Hey @joslloand, thanks for your interest in Hadron.
I’ve definitely been looking at Julia for inspiration, there’s a lot there to like. And I have some thoughts about possible speedups for floating-point code in Hadron, but am deferring questions about optimizations like that until after the basic runtime is operational.
I’ll do my best avoid a long digression into comparing speeds of language implementations, it’s a complex topic that I’ve been doing some reading on recently, mostly in JavaScript land, where there has been much debate about which JS interpreter is the “fastest.” I want to be very careful when talking about Hadron vs. sclang, and only make assertions about things when they are evidence-based and relatively clear. What is clear from my reading is that it is possible to design code that will run extremely fast, and also code that will run extremely poorly, on any language implementation. The goal is to build an implementation that runs very well for a broad variety of program inputs.
My intuition suggests that for some use cases of sclang Hadron may be significantly faster than sclang. I believe this because of some design decisions that Hadron has made in this direction. Along with myriad smaller decisions there are three big design approaches that Hadron takes specifically for speed of compiled code:
a) Type deduction. Hadron does its best to deduce types for every variable in a block of code. So if you’re using a loop counter, for example, and it starts as an Integer and only interacts with other Integers, Hadron may be able to inline all of the binop calls down to single (or few) instruction calls. This has a widely varying impact on compiled code. Because of method calls, and SuperCollider is very much a message-driven language, much type determination has to happen at runtime. So, for example, in that aforementioned loop counter, if it is inside a function that takes a number of iterations as an argument, we can’t assume that that argument will always be an Integer, and so the type ambiguity creeps into the rest of the operations on the loop counter. There may be extensions to the SuperCollider language down the road to allow Hadron to determine types and optimize further, but these are for later.

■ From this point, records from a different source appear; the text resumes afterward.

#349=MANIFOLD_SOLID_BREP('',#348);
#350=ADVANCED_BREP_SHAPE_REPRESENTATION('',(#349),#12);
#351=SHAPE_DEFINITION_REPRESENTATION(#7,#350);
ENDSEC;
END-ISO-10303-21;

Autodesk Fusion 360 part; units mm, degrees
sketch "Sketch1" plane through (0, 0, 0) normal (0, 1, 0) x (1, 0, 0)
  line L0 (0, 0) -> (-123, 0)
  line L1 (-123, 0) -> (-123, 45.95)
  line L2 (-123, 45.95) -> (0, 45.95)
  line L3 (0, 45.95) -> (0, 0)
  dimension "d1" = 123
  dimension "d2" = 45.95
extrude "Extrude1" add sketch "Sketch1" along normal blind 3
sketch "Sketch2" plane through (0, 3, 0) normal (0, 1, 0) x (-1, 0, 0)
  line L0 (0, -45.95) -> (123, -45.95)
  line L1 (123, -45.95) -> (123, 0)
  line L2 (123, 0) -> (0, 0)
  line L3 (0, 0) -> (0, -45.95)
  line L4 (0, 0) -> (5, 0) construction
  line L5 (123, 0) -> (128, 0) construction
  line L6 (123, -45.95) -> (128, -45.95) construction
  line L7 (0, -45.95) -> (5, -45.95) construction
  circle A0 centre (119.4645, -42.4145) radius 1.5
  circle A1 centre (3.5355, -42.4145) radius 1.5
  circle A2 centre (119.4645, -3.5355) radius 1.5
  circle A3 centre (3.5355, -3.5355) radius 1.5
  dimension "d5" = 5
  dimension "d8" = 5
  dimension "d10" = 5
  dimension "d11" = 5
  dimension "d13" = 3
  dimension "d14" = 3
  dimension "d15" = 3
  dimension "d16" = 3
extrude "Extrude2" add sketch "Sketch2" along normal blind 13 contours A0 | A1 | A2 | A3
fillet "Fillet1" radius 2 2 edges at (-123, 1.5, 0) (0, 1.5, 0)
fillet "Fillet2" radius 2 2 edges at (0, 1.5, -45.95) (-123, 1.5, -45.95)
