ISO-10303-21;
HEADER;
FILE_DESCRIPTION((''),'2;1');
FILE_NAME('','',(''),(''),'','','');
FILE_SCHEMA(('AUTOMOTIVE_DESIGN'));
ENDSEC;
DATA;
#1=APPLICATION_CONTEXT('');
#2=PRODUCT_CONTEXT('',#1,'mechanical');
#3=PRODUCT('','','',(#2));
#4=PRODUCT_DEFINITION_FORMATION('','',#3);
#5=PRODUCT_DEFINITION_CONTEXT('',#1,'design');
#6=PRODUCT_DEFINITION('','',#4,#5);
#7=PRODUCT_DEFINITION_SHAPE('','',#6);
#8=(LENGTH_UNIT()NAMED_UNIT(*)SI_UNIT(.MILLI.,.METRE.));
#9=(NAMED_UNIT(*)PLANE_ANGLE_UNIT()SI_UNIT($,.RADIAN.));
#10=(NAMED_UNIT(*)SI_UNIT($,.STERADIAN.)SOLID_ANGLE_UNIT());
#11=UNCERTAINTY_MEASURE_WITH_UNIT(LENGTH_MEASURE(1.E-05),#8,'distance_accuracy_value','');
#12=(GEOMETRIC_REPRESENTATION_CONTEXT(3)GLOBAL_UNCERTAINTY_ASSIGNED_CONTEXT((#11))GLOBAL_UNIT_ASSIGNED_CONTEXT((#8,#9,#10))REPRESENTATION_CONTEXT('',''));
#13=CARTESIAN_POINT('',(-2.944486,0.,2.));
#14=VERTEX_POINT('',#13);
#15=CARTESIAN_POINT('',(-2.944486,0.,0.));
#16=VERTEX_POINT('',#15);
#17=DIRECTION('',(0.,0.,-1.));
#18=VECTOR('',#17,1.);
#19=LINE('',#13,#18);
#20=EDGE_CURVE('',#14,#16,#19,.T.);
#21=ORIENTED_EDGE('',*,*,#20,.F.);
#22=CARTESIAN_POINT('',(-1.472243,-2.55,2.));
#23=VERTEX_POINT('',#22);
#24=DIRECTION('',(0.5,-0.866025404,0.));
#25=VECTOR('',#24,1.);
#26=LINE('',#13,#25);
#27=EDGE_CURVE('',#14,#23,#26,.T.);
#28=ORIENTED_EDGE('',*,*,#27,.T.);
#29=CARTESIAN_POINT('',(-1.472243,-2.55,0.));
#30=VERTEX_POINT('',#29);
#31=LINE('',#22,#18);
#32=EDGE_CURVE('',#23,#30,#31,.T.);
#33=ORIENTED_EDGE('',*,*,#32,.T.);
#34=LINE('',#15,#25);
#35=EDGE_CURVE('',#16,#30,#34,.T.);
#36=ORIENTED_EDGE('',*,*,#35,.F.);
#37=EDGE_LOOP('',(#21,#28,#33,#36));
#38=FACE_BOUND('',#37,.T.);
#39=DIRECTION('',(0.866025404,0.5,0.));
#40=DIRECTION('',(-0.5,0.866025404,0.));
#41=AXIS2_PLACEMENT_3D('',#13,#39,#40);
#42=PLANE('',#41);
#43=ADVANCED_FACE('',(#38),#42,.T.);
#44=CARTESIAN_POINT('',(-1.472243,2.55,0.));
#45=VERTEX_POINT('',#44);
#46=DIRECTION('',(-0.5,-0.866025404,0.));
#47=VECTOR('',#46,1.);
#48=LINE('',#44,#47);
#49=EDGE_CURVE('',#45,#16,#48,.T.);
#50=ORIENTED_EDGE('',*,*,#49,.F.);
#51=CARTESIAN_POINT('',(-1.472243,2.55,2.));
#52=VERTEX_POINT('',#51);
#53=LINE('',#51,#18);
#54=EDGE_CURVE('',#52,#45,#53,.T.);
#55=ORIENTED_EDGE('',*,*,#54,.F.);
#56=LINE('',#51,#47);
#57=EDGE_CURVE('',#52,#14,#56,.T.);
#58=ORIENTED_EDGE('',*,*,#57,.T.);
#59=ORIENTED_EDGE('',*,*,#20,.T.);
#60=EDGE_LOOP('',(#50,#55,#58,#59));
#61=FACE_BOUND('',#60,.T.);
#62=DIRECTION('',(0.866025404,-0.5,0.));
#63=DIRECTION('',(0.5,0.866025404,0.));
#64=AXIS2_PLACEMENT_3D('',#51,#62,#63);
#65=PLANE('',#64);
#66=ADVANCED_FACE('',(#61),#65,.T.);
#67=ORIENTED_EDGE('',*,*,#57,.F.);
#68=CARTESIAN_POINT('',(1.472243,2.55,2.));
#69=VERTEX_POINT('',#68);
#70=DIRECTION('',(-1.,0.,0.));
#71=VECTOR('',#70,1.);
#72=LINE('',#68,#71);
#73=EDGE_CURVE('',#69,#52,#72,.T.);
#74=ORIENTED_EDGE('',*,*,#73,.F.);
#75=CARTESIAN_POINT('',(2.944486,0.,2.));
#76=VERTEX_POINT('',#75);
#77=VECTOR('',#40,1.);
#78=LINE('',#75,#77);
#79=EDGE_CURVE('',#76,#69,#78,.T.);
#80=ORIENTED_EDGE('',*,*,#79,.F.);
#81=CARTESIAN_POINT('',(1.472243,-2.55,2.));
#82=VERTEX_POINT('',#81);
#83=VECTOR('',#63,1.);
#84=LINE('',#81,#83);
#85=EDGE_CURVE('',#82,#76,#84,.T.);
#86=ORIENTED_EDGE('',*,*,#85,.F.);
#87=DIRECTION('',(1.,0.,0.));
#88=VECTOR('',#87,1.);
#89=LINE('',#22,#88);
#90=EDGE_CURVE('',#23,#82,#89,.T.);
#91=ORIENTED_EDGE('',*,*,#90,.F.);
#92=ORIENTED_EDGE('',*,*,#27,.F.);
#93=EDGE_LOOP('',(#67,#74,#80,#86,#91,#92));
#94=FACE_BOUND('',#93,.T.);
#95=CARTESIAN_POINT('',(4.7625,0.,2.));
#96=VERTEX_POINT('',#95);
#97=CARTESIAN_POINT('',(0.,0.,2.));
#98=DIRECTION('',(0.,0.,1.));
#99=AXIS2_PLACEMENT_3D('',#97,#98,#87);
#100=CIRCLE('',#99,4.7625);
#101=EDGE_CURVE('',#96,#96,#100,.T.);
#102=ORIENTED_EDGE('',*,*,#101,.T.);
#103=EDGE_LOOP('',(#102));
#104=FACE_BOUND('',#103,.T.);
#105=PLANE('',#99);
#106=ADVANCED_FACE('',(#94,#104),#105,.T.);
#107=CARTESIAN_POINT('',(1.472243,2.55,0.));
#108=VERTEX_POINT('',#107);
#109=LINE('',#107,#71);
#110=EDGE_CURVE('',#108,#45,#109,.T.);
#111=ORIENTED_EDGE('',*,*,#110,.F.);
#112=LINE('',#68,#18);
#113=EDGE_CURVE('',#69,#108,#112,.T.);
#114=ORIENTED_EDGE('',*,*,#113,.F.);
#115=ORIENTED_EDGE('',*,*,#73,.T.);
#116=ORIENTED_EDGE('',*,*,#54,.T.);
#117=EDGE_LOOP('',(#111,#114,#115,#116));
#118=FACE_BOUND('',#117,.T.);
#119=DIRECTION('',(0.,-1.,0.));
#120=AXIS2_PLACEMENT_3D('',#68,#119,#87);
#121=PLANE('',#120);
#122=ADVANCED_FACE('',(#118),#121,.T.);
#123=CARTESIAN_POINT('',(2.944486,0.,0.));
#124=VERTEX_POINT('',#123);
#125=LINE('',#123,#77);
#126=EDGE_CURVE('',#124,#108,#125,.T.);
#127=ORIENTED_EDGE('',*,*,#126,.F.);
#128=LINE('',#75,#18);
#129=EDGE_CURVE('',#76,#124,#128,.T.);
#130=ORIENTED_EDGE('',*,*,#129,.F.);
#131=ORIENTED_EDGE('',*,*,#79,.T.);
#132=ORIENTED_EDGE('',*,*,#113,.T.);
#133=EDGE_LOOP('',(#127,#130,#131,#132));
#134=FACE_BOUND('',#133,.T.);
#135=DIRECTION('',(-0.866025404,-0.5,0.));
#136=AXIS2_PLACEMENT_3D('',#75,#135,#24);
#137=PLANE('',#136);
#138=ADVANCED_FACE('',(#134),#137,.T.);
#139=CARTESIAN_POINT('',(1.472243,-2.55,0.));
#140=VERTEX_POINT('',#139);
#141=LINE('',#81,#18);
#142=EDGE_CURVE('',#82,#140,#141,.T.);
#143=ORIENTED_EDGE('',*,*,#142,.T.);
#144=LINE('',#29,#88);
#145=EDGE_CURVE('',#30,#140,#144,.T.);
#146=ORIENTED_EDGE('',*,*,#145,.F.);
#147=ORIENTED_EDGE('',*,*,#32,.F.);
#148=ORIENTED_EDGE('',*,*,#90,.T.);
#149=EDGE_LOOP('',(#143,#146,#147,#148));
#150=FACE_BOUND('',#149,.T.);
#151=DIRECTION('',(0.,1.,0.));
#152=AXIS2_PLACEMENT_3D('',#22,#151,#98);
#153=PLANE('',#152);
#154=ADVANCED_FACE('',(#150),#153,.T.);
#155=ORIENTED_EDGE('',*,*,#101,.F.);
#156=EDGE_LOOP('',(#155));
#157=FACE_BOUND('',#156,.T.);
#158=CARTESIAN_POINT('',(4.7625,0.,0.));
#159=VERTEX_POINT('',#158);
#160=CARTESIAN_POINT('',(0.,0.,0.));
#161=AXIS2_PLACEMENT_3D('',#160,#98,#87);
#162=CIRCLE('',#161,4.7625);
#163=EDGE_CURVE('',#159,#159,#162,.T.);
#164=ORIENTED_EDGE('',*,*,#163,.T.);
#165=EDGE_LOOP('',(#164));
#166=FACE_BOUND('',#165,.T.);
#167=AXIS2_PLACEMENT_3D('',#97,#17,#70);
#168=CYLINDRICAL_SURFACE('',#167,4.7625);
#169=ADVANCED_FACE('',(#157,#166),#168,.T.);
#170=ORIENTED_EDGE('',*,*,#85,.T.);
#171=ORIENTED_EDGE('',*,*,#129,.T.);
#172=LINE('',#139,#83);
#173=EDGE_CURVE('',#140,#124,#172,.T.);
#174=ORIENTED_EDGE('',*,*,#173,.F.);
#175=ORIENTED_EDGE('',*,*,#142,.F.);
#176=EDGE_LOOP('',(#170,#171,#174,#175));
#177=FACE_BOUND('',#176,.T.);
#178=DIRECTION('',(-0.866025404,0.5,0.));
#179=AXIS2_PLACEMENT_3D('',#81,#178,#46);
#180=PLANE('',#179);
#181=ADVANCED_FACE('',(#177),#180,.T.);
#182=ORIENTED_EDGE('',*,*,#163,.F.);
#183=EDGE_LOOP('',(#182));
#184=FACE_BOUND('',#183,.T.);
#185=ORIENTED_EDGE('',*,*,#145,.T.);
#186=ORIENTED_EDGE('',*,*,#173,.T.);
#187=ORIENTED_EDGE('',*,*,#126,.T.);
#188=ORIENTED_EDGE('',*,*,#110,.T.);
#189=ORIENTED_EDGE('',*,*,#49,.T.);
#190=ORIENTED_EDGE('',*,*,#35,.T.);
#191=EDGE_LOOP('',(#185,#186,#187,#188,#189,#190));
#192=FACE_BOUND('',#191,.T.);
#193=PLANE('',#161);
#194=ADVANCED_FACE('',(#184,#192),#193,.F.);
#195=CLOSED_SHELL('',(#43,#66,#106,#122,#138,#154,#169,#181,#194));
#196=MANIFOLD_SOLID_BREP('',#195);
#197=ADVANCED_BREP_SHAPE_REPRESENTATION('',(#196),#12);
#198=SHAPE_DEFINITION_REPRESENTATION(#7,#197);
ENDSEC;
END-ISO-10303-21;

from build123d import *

# Parameters (mm, degrees)
SKETCH1_R           = 4.7625
BOSS_EXTRUDE1_DEPTH = 2


with BuildPart() as part:
    # Sketch1 → Boss-Extrude1 (new body)
    with BuildSketch(Plane.XY):
        Circle(SKETCH1_R)
        Polygon((2.944486373, 0), (1.472243186, 2.55), (-1.472243186, 2.55), (-2.944486373, 0), (-1.472243186, -2.55), (1.472243186, -2.55), align=None, mode=Mode.SUBTRACT)
    extrude(amount=BOSS_EXTRUDE1_DEPTH)


solid = part.part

There’s also the realm of speculative (or profile-driven) optimization, but that’s for even further later.
b) Register-driven vs. stack-based. I think sclang could fairly be described as a stack-driven language, where most operations happen values stored as Slots on the program stack. Stack-driven interpreters have a variety of advantages, but operate mostly on values that, as they reside on the stack, therefore reside in memory. Hadron takes pains to keep as many values as possible in CPU registers, saving values out to memory only when sending messages or in situations of register overflow. Registers are the fastest form of storage on a computer, and so the hope is that by keeping values in registers Hadron won’t face memory bandwidth limitations as often as sclang might.
c) JIT compiling to machine code. From a certain point of view sclang is also a JIT compiler, it’s compiling input code down to virtual machine bytecode which gets run on the VM interpreter. Hadron takes this a step further by generating host machine code. In theory this should be faster from an instruction cache memory perspective - straight-line Hadron code will not branch, whereas sclang has to go through a jump table after every operand.
Now for the bad news - I haven’t done comparisons yet but Hadron is doing quite a bit more work on input code than does sclang, so intuition suggests that compilation times may be noticeably slower for Hadron than they are for sclang. This could be a real problem, particularly for the live coding use cases, where the performer may care a great deal more that their snippets are being executed quickly after sending them to the interpreter than that those snippets are being heavily optimized. I want to include some options users can set to disable some optimizations, but there’s a baseline amount of processing that’s required just to get code lowered from SuperCollider input down to machine code, so disabling optimizations might not be enough to get the compilation speeds comparable.
Also, as I stated earlier, it’s actually easy to conceive of code for which points (a), (b), and (c) are either neutral or possibly even bad for performance. For example very branch-heavy SuperCollider code with a lot of method calls is likely to reduce the impact of all three optimization approaches.
The sclang interpreter has been worked on by a lot of smart people for a very long time. A lot of optimizations have already been applied to it. Furthermore, it’s compiled C++ code that is itself built ahead of time and by an optimizing compiler (msvc, clang, or gcc) built by massive teams of compiler experts, and that can take all the time it needs to generate optimized code for the sclang runtime. It’s a tall order to try and build something that can beat that, and I have a lot of respect for things like the Second System Effect that might come in to play here as well. So I’m hopeful, and I have some ideas for design approach that may have merit. But we’re a long way from even being able to characterize Hadron runtime performance, and even further from any sort of credible claim of it being “faster.”
Sorry for the long screed! I want to ensure expectations are being set correctly here, and also to show appropriate respect to the work of the developers of sclang. They’ve built a great work of software, no doubt about it.